In my experience, couriers and PO Boxes don't mix . The couriers need a proof of delivery signature & the PO workers won't/can't sign for it. On my last delivery, they asked for ID as well.


----------



## Chocoholic (Oct 29, 2012)

If you're using Aramex does that mean you have a Shop and Ship account? There are many products that Amazon won't deliver to the UAE, hence the need for S&S.


----------



## Peterf (Jan 9, 2012)

Chocoholic said:


> If you're using Aramex does that mean you have a Shop and Ship account? There are many products that Amazon won't deliver to the UAE, hence the need for S&S.


I don't use Aramex, any orders from Amazon end up delivered by Aramex here. I'm really not sure why. 

I found S&S to be far too expensive for what it is.. Fortunately I have a friend in Florida who I send anything which Amazon won't deliver to UAE. He sends it via DHL - it arrives a day or so later. If I could do that, I'd go without rather than use S&S


----------



## Byja (Mar 3, 2013)

Chocoholic said:


> If you're using Aramex does that mean you have a Shop and Ship account? There are many products that Amazon won't deliver to the UAE, hence the need for S&S.


Well, I for one don't have a S&S account, but still it ended up being delivered by Aramex.
Was thinking of registering for S&S but only so I can order all those things which are not available outside US (for no obvious reasons).


----------



## Moe78 (Oct 29, 2010)

Amazon have also used DHL to deliver products but Aramex is also an option for them. It could depend on which Amazon warehouse the product will dispatched from among other factors that determines whether Aramex or DHL handle it. I've never had Amazon deliver a package to Emirates Post but it could happen with cheap, light items such as CDs,

@OP, check your tracking number on Amazon and also on Aramex and DHL's websites.


----------



## Desertrose70 (Mar 3, 2012)

Thanks for the suggestions.

I recieved the following reply from I-parcel which is the company which shipped the items for Amazon to U.A.E:
[_I]You have selected Standard service for the delivery of your parcel and STD parcels are not trackable._[/I]
I paid 21 USD to amazon for shipping & handling. And have provided my PO box number as well my physical address for delivery. I-parcel confirmed the parcel had landed in U.A.E already on 23rd of February.
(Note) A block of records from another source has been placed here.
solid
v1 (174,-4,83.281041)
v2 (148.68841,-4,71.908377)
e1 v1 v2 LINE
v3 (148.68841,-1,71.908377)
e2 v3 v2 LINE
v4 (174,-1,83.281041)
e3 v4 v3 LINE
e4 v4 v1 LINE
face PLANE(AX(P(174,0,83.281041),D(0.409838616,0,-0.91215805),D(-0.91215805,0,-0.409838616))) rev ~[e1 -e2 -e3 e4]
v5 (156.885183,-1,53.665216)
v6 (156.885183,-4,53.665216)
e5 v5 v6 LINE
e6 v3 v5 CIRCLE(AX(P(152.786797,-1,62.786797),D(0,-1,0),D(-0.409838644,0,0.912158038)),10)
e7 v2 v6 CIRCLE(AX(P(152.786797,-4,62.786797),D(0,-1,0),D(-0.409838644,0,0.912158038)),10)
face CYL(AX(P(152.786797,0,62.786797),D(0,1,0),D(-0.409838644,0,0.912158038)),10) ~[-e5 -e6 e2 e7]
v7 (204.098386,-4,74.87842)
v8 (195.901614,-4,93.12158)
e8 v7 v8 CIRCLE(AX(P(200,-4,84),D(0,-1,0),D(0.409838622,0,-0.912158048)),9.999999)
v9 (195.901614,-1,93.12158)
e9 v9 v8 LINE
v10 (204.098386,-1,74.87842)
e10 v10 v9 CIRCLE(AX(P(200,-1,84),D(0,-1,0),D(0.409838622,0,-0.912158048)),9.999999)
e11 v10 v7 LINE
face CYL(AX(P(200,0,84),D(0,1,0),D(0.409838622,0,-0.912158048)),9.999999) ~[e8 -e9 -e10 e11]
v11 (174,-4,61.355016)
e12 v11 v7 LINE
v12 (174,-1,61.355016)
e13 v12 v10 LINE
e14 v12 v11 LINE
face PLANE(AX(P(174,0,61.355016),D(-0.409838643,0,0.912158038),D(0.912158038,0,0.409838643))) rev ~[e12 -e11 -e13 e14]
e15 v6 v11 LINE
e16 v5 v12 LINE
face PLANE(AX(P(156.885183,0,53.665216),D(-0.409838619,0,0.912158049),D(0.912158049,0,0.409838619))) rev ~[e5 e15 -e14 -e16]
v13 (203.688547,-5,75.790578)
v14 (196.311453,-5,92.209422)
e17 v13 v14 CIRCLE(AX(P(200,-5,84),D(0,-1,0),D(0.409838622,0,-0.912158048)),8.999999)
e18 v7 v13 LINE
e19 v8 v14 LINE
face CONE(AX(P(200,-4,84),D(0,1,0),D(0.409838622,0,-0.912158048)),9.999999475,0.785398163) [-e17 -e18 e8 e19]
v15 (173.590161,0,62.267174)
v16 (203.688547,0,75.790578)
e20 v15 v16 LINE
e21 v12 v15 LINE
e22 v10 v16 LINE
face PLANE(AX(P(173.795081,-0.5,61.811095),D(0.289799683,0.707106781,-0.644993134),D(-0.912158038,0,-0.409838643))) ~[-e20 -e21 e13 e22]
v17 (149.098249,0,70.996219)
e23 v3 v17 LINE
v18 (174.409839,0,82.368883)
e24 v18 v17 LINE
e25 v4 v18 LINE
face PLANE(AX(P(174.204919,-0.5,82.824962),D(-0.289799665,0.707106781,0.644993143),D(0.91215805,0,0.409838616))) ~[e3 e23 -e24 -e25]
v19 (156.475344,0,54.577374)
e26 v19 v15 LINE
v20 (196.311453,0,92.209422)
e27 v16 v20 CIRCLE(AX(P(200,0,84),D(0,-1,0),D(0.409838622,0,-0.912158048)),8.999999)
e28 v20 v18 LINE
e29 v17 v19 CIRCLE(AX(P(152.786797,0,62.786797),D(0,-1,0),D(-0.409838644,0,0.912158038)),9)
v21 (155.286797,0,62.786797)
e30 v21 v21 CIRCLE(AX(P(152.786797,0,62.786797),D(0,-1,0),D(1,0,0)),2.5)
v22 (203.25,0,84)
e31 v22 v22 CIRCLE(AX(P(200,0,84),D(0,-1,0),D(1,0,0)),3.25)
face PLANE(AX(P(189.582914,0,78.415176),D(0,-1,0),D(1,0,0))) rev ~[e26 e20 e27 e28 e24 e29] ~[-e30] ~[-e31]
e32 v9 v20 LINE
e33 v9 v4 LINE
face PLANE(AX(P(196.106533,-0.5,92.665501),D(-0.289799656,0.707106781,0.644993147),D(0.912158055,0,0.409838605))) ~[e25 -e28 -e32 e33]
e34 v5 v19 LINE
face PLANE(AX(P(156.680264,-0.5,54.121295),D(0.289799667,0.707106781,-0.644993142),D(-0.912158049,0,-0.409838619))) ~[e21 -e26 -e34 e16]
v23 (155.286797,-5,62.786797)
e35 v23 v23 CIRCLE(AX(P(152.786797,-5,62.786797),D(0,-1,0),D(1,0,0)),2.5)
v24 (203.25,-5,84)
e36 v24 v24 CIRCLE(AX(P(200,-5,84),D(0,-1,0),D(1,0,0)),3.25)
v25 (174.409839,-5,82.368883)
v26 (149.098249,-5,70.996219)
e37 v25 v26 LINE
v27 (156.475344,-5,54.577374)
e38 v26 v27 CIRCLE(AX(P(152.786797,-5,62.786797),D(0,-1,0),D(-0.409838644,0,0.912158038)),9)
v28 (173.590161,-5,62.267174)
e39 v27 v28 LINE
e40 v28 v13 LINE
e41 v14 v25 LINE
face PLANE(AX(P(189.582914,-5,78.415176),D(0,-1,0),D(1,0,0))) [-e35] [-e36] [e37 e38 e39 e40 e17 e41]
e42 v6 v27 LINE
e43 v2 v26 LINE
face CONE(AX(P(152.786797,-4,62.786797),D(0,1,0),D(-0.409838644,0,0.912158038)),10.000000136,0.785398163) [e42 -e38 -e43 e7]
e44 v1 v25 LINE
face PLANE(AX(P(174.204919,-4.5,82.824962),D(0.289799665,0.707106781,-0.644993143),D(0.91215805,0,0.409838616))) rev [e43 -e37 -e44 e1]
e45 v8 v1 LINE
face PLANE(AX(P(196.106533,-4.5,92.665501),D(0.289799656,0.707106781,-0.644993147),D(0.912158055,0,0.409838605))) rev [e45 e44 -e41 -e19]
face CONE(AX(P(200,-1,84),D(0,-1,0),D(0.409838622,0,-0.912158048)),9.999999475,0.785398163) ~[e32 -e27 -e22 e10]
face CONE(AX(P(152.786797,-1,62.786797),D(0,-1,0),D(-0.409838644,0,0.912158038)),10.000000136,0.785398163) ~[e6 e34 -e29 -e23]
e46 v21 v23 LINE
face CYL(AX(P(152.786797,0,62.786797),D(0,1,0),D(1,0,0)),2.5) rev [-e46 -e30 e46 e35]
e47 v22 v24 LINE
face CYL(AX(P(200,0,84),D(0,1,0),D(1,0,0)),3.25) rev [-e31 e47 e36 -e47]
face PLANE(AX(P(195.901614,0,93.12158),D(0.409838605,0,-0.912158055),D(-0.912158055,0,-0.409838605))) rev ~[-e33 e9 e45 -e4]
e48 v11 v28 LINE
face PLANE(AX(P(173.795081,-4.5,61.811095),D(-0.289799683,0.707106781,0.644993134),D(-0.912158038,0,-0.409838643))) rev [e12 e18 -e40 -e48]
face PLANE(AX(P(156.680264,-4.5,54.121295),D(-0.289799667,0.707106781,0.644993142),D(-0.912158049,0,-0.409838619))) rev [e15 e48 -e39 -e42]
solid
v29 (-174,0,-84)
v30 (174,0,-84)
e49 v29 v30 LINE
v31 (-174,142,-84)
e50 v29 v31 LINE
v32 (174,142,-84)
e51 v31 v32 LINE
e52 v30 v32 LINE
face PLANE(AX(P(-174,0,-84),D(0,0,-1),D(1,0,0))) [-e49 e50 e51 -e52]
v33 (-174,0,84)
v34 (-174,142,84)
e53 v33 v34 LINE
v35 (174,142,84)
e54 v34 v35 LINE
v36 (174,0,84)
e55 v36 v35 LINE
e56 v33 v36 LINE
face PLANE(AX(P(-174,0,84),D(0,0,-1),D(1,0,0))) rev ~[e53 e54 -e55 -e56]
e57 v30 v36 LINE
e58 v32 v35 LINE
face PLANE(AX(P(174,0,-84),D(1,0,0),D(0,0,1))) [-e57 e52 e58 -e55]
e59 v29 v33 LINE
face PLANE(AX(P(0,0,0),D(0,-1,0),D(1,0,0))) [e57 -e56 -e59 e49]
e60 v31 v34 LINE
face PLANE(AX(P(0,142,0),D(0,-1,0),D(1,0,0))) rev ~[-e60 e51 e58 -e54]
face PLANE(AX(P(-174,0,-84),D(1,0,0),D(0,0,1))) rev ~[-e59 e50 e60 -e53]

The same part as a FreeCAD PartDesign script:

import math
import FreeCAD as App
import Part
import Sketcher
from FreeCAD import Vector
Q = App.Units.Quantity


def edges_at(feature, points):
    """Names of the edges that pass closest to the given points."""
    edges = feature.Shape.Edges
    near = lambda p: min(range(len(edges)), key=lambda i: edges[i].distToShape(Part.Vertex(*p))[0])
    return sorted({f"Edge{near(p) + 1}" for p in points})

doc = App.newDocument("Part")
body = doc.addObject("PartDesign::Body", "Body")

# Sketch on XZ plane
sketch1 = body.newObject("Sketcher::SketchObject", "Sketch")
sketch1.AttachmentSupport = (doc.getObject("XZ_Plane"), [""])
sketch1.MapMode = "FlatFace"
sketch1.addGeometry(Part.LineSegment(Vector(-174, 84, 0), Vector(-174, -84, 0)), False)
sketch1.addGeometry(Part.LineSegment(Vector(-174, -84, 0), Vector(174, -84, 0)), False)
sketch1.addGeometry(Part.LineSegment(Vector(174, -84, 0), Vector(174, 84, 0)), False)
sketch1.addGeometry(Part.LineSegment(Vector(174, 84, 0), Vector(-174, 84, 0)), False)
sketch1.addConstraint(Sketcher.Constraint("Coincident", 0, 2, 1, 1))
sketch1.addConstraint(Sketcher.Constraint("Coincident", 1, 2, 2, 1))
sketch1.addConstraint(Sketcher.Constraint("Coincident", 2, 2, 3, 1))
sketch1.addConstraint(Sketcher.Constraint("Coincident", 3, 2, 0, 1))
sketch1.addConstraint(Sketcher.Constraint("Vertical", 0))
sketch1.addConstraint(Sketcher.Constraint("Horizontal", 1))
sketch1.addConstraint(Sketcher.Constraint("Vertical", 2))
sketch1.addConstraint(Sketcher.Constraint("Horizontal", 3))
sketch1.addConstraint(Sketcher.Constraint("Symmetric", 0, 2, 2, 2, -1, 1))
sketch1.addConstraint(Sketcher.Constraint("DistanceX", 1, 1, 1, 2, Q("348 mm")))
sketch1.addConstraint(Sketcher.Constraint("DistanceY", 0, 2, 0, 1, Q("168 mm")))
pad1 = body.newObject("PartDesign::Pad", "Pad")
pad1.Profile = sketch1
pad1.Length = 142
pad1.Reversed = True
body2 = doc.addObject("PartDesign::Body", "Body001")

# Sketch on XZ plane
sketch2 = body2.newObject("Sketcher::SketchObject", "Sketch001")
sketch2.AttachmentSupport = (doc.getObject("XZ_Plane001"), [""])
sketch2.MapMode = "FlatFace"
sketch2.addGeometry(Part.LineSegment(Vector(174, 61.4, 0), Vector(204.1, 74.9, 0)), False)
sketch2.addGeometry(Part.ArcOfCircle(Part.Circle(Vector(200, 84, 0), Vector(0, 0, 1), 10), math.radians(-66), math.radians(114)), False)
sketch2.addGeometry(Part.LineSegment(Vector(195.9, 93.1, 0), Vector(174, 83.3, 0)), False)
sketch2.addGeometry(Part.LineSegment(Vector(174, 83.3, 0), Vector(148.7, 71.9, 0)), False)
sketch2.addGeometry(Part.ArcOfCircle(Part.Circle(Vector(152.8, 62.8, 0), Vector(0, 0, 1), 10), math.radians(114), math.radians(294)), False)
sketch2.addGeometry(Part.LineSegment(Vector(156.9, 53.7, 0), Vector(174, 61.4, 0)), False)
sketch2.addGeometry(Part.Circle(Vector(152.8, 62.8, 0), Vector(0, 0, 1), 2.5), False)
sketch2.addGeometry(Part.Circle(Vector(200, 84, 0), Vector(0, 0, 1), 3.2), False)
sketch2.addConstraint(Sketcher.Constraint("Tangent", 0, 2, 1, 1))
sketch2.addConstraint(Sketcher.Constraint("Tangent", 1, 2, 2, 1))
sketch2.addConstraint(Sketcher.Constraint("Coincident", 2, 2, 3, 1))
sketch2.addConstraint(Sketcher.Constraint("Tangent", 3, 2, 4, 1))
sketch2.addConstraint(Sketcher.Constraint("Tangent", 4, 2, 5, 1))
sketch2.addConstraint(Sketcher.Constraint("Coincident", 5, 2, 0, 1))
sketch2.addConstraint(Sketcher.Constraint("Coincident", 6, 3, 4, 3))
sketch2.addConstraint(Sketcher.Constraint("Coincident", 7, 3, 1, 3))
sketch2.addConstraint(Sketcher.Constraint("Equal", 1, 4))
sketch2.addConstraint(Sketcher.Constraint("Parallel", 0, 2))
sketch2.addConstraint(Sketcher.Constraint("Parallel", 2, 3))
sketch2.addConstraint(Sketcher.Constraint("Vertical", 2, 2, 5, 2))
sketch2.addConstraint(Sketcher.Constraint("Diameter", 6, Q("5 mm")))
sketch2.addConstraint(Sketcher.Constraint("Radius", 1, Q("9.999999 mm")))
sketch2.addConstraint(Sketcher.Constraint("Diameter", 7, Q("6.5 mm")))
sketch2.addConstraint(Sketcher.Constraint("DistanceX", -1, 1, 1, 3, Q("200 mm")))
sketch2.addConstraint(Sketcher.Constraint("DistanceY", -1, 1, 1, 3, Q("84 mm")))
sketch2.addConstraint(Sketcher.Constraint("DistanceX", -1, 1, 2, 2, Q("174 mm")))
sketch2.addConstraint(Sketcher.Constraint("Distance", 0, Q("32.996898 mm")))
sketch2.addConstraint(Sketcher.Constraint("DistanceY", 4, 2, 5, 2, Q("7.6898 mm")))
pad2 = body2.newObject("PartDesign::Pad", "Pad001")
pad2.Profile = sketch2
pad2.Length = 5
doc.recompute()

chamfer = body2.newObject("PartDesign::Chamfer", "Chamfer")
chamfer.Base = (pad2, edges_at(pad2, [(161.344, -5, 77.595), (161.344, 0, 77.595)]))
chamfer.Size = 1

doc.recompute()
The tracking number provided by Amazon which is the order number is not recognized by Emirates post as they need a tracking number starting with R or RR.
So if the information from I-parcel is correct, the parcel has been already 2 months in U.A.E and I can't ask Emirates post to locate it


----------



## Bobby1976 (Apr 24, 2013)

Hi everyone I have a business selling hair, beauty and heatlh products on amazon and would like to supply hair and beauty salons within in the UAE. 
Can anyone advise me more eg do I need a licence to supply to UAE, is PayPal avaliable in dubai.
P.s. in located in the uk at the moment but can relocate to UAE.
Look forward to some advice.


----------



## Bobby1976 (Apr 24, 2013)

Hi all what particular items doesn't the UAE allow into the country apart from the obvious I'm more interested to know what hair, beauty , heath products are not allowed thankyou.


----------